> [Extracted information]
┌────────

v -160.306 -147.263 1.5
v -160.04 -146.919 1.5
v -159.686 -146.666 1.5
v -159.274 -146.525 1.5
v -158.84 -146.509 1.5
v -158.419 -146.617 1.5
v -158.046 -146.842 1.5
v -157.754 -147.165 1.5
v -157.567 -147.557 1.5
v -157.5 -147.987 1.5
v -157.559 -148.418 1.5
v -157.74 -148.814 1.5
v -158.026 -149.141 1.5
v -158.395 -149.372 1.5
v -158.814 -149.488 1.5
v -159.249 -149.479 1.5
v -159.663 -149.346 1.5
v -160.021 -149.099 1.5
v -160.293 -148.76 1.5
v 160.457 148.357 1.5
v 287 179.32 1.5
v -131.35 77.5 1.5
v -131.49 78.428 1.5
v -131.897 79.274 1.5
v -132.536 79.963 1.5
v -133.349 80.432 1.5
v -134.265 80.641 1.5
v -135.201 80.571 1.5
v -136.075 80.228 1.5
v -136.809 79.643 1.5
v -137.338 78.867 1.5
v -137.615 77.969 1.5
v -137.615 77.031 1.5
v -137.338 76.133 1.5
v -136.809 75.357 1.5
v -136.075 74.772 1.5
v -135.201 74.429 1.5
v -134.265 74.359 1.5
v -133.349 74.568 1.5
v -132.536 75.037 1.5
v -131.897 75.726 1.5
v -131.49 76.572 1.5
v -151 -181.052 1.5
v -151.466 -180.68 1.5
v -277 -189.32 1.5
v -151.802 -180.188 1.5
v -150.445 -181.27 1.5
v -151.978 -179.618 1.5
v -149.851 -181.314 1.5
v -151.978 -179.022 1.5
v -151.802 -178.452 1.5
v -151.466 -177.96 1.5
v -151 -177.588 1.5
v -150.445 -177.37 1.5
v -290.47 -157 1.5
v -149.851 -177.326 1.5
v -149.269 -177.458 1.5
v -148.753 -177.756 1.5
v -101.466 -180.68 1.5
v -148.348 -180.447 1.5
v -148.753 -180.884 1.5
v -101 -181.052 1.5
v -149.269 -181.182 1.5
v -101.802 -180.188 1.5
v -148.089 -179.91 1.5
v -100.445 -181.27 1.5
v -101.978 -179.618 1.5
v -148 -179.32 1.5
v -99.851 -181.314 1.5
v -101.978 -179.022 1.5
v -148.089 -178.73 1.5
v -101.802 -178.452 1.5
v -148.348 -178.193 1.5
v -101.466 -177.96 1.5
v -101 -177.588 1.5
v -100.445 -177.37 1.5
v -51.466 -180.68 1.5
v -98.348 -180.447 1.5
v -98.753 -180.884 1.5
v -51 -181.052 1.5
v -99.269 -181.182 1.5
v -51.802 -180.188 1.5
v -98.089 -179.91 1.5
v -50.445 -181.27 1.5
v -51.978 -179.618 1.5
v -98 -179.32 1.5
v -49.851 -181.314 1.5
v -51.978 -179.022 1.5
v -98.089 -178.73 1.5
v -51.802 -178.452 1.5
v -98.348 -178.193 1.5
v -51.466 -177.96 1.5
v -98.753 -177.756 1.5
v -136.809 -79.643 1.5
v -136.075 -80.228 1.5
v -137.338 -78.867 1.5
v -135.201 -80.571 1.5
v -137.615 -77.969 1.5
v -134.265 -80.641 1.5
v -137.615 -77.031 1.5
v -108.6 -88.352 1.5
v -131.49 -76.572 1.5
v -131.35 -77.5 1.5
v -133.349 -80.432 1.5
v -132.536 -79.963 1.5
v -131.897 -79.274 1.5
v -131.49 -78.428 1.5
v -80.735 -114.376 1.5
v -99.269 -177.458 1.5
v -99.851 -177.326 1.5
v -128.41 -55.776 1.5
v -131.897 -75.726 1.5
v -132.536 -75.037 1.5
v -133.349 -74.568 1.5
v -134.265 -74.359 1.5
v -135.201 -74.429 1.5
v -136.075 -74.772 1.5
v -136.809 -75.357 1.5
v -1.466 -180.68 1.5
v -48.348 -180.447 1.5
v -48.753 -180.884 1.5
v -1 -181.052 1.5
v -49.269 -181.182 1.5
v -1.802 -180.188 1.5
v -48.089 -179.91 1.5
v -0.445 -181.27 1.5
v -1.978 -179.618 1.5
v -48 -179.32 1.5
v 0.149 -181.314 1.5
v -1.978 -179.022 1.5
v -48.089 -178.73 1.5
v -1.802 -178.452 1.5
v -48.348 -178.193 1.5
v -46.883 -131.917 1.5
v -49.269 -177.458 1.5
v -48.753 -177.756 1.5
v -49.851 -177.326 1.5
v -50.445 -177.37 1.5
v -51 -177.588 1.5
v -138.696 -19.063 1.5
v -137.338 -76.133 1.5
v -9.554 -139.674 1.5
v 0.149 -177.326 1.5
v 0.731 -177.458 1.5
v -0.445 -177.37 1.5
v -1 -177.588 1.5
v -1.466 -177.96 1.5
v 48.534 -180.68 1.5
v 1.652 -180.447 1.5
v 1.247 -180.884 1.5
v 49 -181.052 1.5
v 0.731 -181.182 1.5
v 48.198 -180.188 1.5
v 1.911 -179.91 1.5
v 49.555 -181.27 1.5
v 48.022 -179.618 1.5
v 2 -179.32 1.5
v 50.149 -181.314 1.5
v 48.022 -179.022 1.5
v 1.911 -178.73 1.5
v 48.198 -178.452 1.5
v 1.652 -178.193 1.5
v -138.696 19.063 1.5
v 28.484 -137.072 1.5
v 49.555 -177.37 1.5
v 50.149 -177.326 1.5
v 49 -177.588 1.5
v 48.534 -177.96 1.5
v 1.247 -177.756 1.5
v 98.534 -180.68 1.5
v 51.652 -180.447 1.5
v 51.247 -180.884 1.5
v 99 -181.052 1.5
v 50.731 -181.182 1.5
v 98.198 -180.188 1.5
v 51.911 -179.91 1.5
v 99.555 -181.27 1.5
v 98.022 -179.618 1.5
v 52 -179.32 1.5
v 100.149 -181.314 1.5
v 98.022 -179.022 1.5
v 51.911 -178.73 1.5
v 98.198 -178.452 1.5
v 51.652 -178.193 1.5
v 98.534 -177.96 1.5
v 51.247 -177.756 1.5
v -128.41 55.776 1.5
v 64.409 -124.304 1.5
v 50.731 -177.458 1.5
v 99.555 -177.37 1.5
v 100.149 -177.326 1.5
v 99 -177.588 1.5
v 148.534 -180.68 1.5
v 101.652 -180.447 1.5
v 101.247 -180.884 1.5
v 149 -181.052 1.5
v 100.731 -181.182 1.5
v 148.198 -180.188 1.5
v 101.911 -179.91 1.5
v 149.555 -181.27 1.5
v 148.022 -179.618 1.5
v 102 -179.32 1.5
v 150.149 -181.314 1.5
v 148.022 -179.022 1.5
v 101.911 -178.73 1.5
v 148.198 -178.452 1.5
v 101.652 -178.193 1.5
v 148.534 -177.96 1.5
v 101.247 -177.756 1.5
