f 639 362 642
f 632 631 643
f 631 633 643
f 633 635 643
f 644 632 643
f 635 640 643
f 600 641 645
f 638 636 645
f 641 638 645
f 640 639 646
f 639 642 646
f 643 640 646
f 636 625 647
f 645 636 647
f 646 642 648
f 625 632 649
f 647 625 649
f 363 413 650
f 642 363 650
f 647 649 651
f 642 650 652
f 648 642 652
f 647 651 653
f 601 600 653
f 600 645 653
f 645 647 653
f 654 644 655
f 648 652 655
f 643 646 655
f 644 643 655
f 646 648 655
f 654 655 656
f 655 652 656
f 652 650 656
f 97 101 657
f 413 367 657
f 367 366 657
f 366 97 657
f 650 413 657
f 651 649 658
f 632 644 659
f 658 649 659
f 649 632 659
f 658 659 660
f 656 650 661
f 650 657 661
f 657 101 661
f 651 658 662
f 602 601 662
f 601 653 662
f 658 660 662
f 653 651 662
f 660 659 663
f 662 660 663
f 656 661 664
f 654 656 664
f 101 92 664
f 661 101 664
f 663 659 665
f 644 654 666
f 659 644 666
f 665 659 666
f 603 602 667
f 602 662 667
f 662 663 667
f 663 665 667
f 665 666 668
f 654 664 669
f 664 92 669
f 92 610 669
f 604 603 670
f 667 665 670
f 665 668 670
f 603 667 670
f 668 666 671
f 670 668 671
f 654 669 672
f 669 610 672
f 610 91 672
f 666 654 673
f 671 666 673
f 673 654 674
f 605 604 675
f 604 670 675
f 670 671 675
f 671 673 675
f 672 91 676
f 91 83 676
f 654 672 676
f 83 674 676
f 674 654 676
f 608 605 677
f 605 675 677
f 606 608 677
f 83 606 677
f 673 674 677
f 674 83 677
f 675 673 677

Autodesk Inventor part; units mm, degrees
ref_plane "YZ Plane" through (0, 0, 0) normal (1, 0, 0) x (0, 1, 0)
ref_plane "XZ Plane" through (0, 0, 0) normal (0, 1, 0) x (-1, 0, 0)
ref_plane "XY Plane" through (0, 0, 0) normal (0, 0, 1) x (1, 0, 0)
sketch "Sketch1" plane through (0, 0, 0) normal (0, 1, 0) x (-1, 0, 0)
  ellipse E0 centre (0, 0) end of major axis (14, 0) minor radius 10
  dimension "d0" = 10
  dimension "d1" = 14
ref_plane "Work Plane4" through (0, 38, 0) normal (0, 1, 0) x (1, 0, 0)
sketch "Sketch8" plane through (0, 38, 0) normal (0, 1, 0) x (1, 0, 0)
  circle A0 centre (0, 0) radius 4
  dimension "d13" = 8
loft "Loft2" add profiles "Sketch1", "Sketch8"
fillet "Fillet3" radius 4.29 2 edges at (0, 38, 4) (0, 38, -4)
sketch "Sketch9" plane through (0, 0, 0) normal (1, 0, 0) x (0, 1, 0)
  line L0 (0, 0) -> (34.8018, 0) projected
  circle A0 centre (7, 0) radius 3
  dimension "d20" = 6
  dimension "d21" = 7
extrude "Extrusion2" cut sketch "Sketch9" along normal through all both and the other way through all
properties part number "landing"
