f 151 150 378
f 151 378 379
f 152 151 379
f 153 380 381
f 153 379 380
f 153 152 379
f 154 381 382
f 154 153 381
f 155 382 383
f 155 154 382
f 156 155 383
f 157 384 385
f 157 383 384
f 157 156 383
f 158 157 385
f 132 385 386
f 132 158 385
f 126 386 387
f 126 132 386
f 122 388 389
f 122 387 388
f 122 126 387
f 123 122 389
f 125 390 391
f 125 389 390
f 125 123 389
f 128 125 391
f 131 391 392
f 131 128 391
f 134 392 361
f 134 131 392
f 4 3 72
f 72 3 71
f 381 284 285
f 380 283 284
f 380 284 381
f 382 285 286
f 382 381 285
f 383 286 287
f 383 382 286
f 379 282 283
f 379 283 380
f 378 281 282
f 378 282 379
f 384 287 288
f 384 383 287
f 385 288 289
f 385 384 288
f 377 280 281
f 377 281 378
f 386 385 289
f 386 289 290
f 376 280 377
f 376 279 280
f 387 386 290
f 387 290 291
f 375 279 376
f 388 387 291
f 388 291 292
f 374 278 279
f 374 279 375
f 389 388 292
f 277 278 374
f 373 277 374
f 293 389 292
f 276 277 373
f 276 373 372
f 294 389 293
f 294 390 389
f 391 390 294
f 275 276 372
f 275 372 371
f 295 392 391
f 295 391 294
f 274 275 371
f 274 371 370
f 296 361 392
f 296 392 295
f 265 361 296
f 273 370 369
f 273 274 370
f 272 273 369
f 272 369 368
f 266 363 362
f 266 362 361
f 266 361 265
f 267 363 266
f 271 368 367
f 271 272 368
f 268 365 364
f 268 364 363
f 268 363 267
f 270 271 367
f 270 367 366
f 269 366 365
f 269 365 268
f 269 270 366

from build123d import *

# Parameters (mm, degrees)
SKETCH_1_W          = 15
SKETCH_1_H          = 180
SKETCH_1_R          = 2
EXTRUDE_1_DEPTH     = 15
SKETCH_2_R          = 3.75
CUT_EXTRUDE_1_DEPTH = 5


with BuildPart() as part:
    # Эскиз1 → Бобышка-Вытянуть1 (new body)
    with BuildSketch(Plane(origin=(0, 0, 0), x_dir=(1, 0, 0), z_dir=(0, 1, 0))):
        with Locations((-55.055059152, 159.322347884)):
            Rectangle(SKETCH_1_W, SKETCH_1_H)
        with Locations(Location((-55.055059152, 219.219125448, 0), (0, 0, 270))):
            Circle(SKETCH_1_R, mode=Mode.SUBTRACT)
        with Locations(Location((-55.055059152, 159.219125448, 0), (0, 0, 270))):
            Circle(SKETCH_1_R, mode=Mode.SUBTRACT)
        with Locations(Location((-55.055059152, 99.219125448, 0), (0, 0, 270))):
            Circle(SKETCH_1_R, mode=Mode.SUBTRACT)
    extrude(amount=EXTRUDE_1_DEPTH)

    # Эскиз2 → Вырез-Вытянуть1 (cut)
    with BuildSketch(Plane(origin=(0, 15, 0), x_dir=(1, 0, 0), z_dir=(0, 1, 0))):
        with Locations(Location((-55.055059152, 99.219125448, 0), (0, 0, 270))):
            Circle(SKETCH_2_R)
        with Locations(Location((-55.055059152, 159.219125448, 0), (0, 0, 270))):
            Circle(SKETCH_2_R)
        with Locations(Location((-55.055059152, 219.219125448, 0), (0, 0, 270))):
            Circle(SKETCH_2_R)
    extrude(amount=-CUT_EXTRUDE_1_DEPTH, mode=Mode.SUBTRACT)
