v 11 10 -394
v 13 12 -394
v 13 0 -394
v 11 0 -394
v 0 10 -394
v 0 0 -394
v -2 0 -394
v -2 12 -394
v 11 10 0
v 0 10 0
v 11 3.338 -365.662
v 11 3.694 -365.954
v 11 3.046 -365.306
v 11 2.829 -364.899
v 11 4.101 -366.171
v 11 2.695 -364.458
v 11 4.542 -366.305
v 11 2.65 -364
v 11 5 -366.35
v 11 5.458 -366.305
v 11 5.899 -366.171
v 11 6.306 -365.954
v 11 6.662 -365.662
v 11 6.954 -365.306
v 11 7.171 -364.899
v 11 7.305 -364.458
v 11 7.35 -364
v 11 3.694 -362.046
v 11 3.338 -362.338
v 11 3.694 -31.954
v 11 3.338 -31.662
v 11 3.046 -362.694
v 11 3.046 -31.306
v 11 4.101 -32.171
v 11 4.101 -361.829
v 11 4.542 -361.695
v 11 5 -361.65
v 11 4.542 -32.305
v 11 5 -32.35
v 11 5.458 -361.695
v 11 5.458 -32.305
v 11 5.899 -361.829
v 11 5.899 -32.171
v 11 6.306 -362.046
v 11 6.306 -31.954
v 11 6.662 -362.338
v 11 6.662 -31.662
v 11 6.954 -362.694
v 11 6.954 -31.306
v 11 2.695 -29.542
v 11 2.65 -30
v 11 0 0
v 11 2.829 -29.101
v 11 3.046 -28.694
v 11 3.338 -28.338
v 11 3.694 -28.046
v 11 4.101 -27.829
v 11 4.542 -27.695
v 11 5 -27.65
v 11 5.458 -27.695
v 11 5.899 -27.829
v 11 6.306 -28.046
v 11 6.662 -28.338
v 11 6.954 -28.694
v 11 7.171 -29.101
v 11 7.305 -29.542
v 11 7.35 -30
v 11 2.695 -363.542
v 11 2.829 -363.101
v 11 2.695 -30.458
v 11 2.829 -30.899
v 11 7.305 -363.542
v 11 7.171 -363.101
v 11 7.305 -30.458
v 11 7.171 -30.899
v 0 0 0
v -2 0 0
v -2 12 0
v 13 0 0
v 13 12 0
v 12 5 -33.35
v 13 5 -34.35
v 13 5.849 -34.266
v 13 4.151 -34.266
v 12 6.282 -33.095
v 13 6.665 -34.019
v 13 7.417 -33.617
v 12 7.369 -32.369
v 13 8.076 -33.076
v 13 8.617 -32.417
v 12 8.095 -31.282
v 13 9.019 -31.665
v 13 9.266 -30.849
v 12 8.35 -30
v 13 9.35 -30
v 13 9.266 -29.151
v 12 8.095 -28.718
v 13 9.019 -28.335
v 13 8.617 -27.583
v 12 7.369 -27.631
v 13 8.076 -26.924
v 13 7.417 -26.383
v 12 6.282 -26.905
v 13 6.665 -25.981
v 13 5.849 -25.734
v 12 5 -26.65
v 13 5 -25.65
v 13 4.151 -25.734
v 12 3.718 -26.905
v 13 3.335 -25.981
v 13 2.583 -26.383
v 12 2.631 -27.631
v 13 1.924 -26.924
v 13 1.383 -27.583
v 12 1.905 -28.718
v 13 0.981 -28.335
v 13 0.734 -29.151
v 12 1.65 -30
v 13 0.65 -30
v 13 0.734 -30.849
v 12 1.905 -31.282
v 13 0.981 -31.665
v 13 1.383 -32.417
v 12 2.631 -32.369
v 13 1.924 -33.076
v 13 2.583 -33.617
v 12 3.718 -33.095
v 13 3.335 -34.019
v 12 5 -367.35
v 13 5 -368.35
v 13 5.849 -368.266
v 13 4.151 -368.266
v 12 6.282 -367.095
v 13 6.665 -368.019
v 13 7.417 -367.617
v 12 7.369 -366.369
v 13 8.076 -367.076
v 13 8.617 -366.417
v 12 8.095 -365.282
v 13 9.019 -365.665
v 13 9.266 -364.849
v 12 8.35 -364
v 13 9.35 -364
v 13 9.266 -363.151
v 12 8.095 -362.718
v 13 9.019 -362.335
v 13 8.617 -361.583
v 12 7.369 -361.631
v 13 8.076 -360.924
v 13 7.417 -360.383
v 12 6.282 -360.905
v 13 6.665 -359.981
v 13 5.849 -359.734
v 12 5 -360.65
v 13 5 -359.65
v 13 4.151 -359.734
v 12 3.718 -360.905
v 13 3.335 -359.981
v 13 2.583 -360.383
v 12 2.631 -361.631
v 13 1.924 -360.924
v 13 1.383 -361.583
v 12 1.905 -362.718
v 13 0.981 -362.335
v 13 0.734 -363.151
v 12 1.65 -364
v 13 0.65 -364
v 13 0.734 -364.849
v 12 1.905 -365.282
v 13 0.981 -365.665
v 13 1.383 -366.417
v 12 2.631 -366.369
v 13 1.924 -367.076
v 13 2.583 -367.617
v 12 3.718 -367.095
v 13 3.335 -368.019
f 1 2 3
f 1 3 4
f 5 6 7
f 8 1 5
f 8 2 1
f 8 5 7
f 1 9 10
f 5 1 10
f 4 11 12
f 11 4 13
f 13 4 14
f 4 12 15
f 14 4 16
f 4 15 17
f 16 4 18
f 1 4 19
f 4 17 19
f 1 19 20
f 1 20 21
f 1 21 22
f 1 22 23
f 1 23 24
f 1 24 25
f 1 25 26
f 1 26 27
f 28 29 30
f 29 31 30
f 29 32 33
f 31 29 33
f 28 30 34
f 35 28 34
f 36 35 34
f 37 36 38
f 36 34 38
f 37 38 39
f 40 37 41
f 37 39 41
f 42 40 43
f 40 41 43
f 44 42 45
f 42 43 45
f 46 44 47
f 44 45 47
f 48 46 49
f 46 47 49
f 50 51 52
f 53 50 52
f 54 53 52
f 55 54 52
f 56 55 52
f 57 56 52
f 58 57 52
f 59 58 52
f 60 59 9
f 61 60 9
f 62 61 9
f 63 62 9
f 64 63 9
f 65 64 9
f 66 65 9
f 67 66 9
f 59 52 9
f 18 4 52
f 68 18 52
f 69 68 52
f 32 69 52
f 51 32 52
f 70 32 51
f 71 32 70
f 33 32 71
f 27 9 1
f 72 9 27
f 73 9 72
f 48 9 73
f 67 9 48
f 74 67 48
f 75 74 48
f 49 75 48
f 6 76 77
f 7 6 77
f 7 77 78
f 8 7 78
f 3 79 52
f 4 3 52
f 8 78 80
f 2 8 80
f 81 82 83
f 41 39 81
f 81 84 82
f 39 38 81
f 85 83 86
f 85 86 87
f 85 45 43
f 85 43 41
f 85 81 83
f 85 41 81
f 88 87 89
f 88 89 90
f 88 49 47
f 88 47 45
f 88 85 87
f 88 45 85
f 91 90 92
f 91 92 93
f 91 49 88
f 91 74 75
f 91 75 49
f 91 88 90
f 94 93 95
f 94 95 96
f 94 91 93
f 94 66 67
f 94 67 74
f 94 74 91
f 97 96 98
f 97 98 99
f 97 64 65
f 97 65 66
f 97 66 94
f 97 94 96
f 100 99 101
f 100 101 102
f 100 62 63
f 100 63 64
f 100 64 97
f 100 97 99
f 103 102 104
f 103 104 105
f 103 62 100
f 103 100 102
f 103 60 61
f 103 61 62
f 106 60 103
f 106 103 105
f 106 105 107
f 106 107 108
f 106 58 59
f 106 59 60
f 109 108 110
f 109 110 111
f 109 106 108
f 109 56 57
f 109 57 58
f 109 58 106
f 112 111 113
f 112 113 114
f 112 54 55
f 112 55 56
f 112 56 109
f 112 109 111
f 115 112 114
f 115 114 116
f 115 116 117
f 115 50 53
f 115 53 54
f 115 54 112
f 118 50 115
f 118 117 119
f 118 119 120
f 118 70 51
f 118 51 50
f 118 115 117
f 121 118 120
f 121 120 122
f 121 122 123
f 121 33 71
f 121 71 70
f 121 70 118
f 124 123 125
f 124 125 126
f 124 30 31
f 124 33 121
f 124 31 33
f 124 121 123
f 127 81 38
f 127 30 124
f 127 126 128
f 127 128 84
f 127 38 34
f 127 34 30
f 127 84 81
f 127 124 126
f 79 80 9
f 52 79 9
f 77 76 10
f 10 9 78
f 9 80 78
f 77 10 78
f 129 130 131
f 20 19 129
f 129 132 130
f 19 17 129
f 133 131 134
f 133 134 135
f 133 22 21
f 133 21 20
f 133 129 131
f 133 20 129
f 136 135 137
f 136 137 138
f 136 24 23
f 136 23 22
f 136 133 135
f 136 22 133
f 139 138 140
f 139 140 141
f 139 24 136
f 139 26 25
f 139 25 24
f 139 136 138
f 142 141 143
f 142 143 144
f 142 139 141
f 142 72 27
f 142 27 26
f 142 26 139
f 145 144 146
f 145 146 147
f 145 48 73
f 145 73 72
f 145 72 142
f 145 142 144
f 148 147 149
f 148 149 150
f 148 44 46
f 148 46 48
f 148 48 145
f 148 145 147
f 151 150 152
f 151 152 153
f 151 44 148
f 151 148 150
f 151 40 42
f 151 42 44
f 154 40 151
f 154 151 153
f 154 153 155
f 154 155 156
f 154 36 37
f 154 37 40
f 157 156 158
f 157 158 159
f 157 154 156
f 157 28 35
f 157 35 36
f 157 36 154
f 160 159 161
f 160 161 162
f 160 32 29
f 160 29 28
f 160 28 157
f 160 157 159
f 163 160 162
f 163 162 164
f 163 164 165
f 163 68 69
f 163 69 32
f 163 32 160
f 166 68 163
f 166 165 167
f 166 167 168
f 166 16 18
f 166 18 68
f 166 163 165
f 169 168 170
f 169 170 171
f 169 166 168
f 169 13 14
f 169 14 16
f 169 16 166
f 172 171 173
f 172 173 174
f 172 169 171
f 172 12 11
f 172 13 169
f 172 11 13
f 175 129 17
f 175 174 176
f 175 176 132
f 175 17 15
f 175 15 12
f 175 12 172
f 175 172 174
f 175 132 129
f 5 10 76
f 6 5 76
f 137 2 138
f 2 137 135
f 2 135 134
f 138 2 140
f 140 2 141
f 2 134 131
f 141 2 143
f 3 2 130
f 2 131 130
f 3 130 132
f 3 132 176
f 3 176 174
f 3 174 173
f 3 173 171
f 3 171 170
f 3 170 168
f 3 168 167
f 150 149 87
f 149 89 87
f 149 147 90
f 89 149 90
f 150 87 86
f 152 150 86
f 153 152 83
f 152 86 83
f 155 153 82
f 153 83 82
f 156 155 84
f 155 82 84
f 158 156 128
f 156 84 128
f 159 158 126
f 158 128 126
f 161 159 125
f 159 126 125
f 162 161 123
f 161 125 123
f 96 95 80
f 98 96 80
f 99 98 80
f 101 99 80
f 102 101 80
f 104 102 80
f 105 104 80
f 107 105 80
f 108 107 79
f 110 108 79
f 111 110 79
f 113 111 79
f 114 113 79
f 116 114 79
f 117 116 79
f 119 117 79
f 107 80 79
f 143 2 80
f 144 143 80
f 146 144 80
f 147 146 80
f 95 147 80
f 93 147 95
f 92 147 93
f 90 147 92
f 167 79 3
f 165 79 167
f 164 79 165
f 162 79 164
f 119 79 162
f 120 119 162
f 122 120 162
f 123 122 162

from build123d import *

# Parameters (mm, degrees)
SM_BASE_FLANGE_2_DEPTH = 394
SKETCH_7_R             = 2.3
CUT_EXTRUDE_1_DEPTH    = 2
CHAMFER_1_SIZE         = 2.05


# Sheet-metal steps are written as plain solids
with BuildPart() as part:
    # Эскиз6 → Базовая кромка2 (new body)
    with BuildSketch(Plane.XY):
        Polygon((0, 0), (-2, 0), (-2, 12), (13, 12), (13, 0), (11, 0), (11, 10), (0, 10), align=None)
    extrude(amount=-SM_BASE_FLANGE_2_DEPTH)

    # Эскиз7 → Вырез-Вытянуть1 (cut)
    with BuildSketch(Plane(origin=(13, 0, 0), x_dir=(0, 0, -1), z_dir=(1, 0, 0))):
        with Locations((30, 5)):
            Circle(SKETCH_7_R)
        with Locations((364, 5)):
            Circle(SKETCH_7_R)
    extrude(amount=-CUT_EXTRUDE_1_DEPTH, mode=Mode.SUBTRACT)

    # Фаска1
    # the kernel refuses this chamfer: 2.05 mm, written as the material it takes off along each edge
    with BuildSketch(Plane(origin=(13, 5, -364), x_dir=(0, 0, -1), z_dir=(0, -1, 0))) as chamfer_1_piece_1:
        Polygon((2.3 + CHAMFER_1_SIZE, 0), (2.3, -CHAMFER_1_SIZE), (2.3, 0), align=None)
    revolve(axis=Axis((13, 5, -364), (1, 0, 0)), mode=Mode.SUBTRACT)
    with BuildSketch(Plane(origin=(13, 5, -30), x_dir=(0, 0, -1), z_dir=(0, -1, 0))) as chamfer_1_piece_2:
        Polygon((2.3 + CHAMFER_1_SIZE, 0), (2.3, -CHAMFER_1_SIZE), (2.3, 0), align=None)
    revolve(axis=Axis((13, 5, -30), (1, 0, 0)), mode=Mode.SUBTRACT)


solid = part.part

└────────

> [About this exercise] Look above for the line containing "f 146 144 80". From there to the final line of the entries, repeat every line exactly.

> [Task solution]
f 146 144 80
f 147 146 80
f 95 147 80
f 93 147 95
f 92 147 93
f 90 147 92
f 167 79 3
f 165 79 167
f 164 79 165
f 162 79 164
f 119 79 162
f 120 119 162
f 122 120 162
f 123 122 162

from build123d import *

# Parameters (mm, degrees)
SM_BASE_FLANGE_2_DEPTH = 394
SKETCH_7_R             = 2.3
CUT_EXTRUDE_1_DEPTH    = 2
CHAMFER_1_SIZE         = 2.05


# Sheet-metal steps are written as plain solids
with BuildPart() as part:
    # Эскиз6 → Базовая кромка2 (new body)
    with BuildSketch(Plane.XY):
        Polygon((0, 0), (-2, 0), (-2, 12), (13, 12), (13, 0), (11, 0), (11, 10), (0, 10), align=None)
    extrude(amount=-SM_BASE_FLANGE_2_DEPTH)

    # Эскиз7 → Вырез-Вытянуть1 (cut)
    with BuildSketch(Plane(origin=(13, 0, 0), x_dir=(0, 0, -1), z_dir=(1, 0, 0))):
        with Locations((30, 5)):
            Circle(SKETCH_7_R)
        with Locations((364, 5)):
            Circle(SKETCH_7_R)
    extrude(amount=-CUT_EXTRUDE_1_DEPTH, mode=Mode.SUBTRACT)

    # Фаска1
    # the kernel refuses this chamfer: 2.05 mm, written as the material it takes off along each edge
    with BuildSketch(Plane(origin=(13, 5, -364), x_dir=(0, 0, -1), z_dir=(0, -1, 0))) as chamfer_1_piece_1:
        Polygon((2.3 + CHAMFER_1_SIZE, 0), (2.3, -CHAMFER_1_SIZE), (2.3, 0), align=None)
    revolve(axis=Axis((13, 5, -364), (1, 0, 0)), mode=Mode.SUBTRACT)
    with BuildSketch(Plane(origin=(13, 5, -30), x_dir=(0, 0, -1), z_dir=(0, -1, 0))) as chamfer_1_piece_2:
        Polygon((2.3 + CHAMFER_1_SIZE, 0), (2.3, -CHAMFER_1_SIZE), (2.3, 0), align=None)
    revolve(axis=Axis((13, 5, -30), (1, 0, 0)), mode=Mode.SUBTRACT)


solid = part.part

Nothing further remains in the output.